There are extensive resources on the internet discussing the famous Birthday Paradox. It is clear to me how you calculate the probability of two people sharing a birthday i.e. P(same) = 1 - P(different)
. However if I ask myself something apparently more simple I stall: firstly, let's say I generate two random birthdays. Getting the same birthday is like tossing a coin. Either the two persons share a birthday (Heads) or they don't share a birthday (Tail). Run this 500 times and the end result (#Heads/500) will somehow be close to 0.5
Q1) But how do I think about this if I generate three random birthdays? How can I estimate the probability then? Obviously my coin analogy won't be applicable.

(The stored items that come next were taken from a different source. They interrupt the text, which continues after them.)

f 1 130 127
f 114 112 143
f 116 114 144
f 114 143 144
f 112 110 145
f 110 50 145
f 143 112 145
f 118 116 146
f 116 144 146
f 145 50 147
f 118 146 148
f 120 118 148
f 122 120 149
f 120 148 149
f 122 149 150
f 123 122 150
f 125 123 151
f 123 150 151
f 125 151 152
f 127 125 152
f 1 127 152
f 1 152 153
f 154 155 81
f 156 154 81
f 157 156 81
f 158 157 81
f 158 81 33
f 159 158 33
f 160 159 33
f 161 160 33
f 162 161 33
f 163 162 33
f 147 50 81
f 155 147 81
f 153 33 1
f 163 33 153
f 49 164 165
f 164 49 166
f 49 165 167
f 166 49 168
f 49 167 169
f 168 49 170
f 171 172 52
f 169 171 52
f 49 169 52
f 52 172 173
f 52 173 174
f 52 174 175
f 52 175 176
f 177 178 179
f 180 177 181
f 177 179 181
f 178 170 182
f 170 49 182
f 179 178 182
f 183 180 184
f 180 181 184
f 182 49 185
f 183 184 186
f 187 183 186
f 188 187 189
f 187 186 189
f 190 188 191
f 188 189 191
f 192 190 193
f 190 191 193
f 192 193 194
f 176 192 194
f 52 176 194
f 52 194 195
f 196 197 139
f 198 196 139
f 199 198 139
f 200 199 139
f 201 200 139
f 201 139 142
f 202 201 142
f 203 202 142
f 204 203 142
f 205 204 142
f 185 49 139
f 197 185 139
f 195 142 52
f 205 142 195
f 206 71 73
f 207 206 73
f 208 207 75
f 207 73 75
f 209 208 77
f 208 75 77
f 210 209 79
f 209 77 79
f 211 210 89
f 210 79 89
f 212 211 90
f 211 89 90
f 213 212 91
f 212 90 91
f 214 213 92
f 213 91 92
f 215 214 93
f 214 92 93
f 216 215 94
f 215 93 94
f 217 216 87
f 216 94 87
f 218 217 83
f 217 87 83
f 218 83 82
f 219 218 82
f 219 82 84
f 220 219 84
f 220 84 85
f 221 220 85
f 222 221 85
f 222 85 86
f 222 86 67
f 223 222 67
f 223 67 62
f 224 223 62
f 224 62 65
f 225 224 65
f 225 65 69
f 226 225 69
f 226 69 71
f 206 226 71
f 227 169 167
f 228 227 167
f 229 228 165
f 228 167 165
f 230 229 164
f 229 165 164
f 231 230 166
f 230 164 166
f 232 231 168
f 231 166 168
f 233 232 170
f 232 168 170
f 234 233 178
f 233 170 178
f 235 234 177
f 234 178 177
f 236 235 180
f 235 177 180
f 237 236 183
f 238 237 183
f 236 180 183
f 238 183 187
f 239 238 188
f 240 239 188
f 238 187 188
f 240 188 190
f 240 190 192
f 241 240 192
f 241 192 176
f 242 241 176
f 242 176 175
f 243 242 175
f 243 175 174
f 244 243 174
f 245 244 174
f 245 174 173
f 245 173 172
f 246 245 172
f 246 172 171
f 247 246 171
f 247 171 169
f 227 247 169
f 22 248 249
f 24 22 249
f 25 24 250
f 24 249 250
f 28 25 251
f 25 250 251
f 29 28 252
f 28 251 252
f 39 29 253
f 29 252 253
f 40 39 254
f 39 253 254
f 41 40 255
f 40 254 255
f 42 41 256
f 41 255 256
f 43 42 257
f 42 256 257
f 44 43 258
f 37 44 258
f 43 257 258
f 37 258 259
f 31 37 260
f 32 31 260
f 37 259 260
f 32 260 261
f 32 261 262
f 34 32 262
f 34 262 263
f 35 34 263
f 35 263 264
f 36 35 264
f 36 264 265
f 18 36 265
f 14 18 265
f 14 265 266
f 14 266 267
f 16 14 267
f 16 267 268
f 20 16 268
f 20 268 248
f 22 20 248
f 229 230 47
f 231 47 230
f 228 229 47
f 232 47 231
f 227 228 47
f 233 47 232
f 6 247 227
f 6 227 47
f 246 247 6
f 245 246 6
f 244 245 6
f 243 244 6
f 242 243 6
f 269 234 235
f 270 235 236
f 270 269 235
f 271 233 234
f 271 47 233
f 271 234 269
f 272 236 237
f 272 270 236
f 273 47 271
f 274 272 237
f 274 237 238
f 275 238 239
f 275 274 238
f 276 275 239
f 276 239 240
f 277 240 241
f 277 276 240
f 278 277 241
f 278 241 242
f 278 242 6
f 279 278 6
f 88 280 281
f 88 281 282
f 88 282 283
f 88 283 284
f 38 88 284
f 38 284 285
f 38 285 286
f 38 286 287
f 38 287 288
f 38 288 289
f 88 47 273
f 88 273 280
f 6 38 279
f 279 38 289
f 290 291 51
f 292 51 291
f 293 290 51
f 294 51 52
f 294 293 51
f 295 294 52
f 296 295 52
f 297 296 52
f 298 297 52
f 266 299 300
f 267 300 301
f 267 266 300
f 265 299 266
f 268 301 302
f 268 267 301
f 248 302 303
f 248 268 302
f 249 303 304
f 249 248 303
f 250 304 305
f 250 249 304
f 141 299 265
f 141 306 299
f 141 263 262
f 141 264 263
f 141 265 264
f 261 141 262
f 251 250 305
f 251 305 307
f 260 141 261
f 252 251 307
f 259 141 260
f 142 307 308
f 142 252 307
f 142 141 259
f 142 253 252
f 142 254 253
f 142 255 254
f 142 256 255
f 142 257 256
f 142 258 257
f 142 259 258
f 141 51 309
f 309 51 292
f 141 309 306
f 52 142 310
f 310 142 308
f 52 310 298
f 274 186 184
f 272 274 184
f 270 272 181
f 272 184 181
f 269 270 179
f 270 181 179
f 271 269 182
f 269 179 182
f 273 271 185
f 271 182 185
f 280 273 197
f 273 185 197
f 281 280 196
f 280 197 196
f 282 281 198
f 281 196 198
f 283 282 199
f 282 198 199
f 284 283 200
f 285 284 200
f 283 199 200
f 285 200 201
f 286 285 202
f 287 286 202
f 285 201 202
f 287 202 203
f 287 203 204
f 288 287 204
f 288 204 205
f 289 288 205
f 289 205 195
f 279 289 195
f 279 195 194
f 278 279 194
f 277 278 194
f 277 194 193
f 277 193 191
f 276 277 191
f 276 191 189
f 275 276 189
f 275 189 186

Q2) once I have figured out the above I will need to scale it up and generate 30 or 50 birthdays. Is there a recommended technique or algorithm to isolate identical birthdays from a large set? Should I put them into arrays and loop through them?
Here's what I think I need:
Q1)
r = 25 i.e. each trial run generates 25 birthdays
Trial 1 >
3 duplicates: 0
Trial 2 >
3 duplicates: 0
Trial 3 >
3 duplicates: 2
Trial 4 >
3 duplicates: 1
...
T100 >
3 duplicates: 2
estimated probability of 3 persons sharing a birthday in a room of 25 = (0+0+2+1+...+2)/100
Q2)
- Create an array for 2 duplicates, an array for 3 duplicates and one for more than 3 duplicates
- add each generated birthday one by one into the first array. But before doing so, loop through the array to see if it's in there already. If so, add it to the second array, but before doing so repeat the above process and so on
- It doesn't seem to be a very efficient algorithm though :) suggestions to improve the Big O here?
Create an integer array of length 365, initialized to 0. Then generate N (in your case 25) random numbers between 1-365 and increase that number in the array (ie. bdays[random_value]++). Since you are only interested in a collision happening, right after increasing the number in the array check if it is greater than 2 (If it is then there is a second collision, which means there are 3 people with the same birthday). Keep track of collisions and execute this as many times as you wish (1000).
In the end, the ratio of collisions/1000 will be your requested value.
and, no tossing coins analogy is wrong.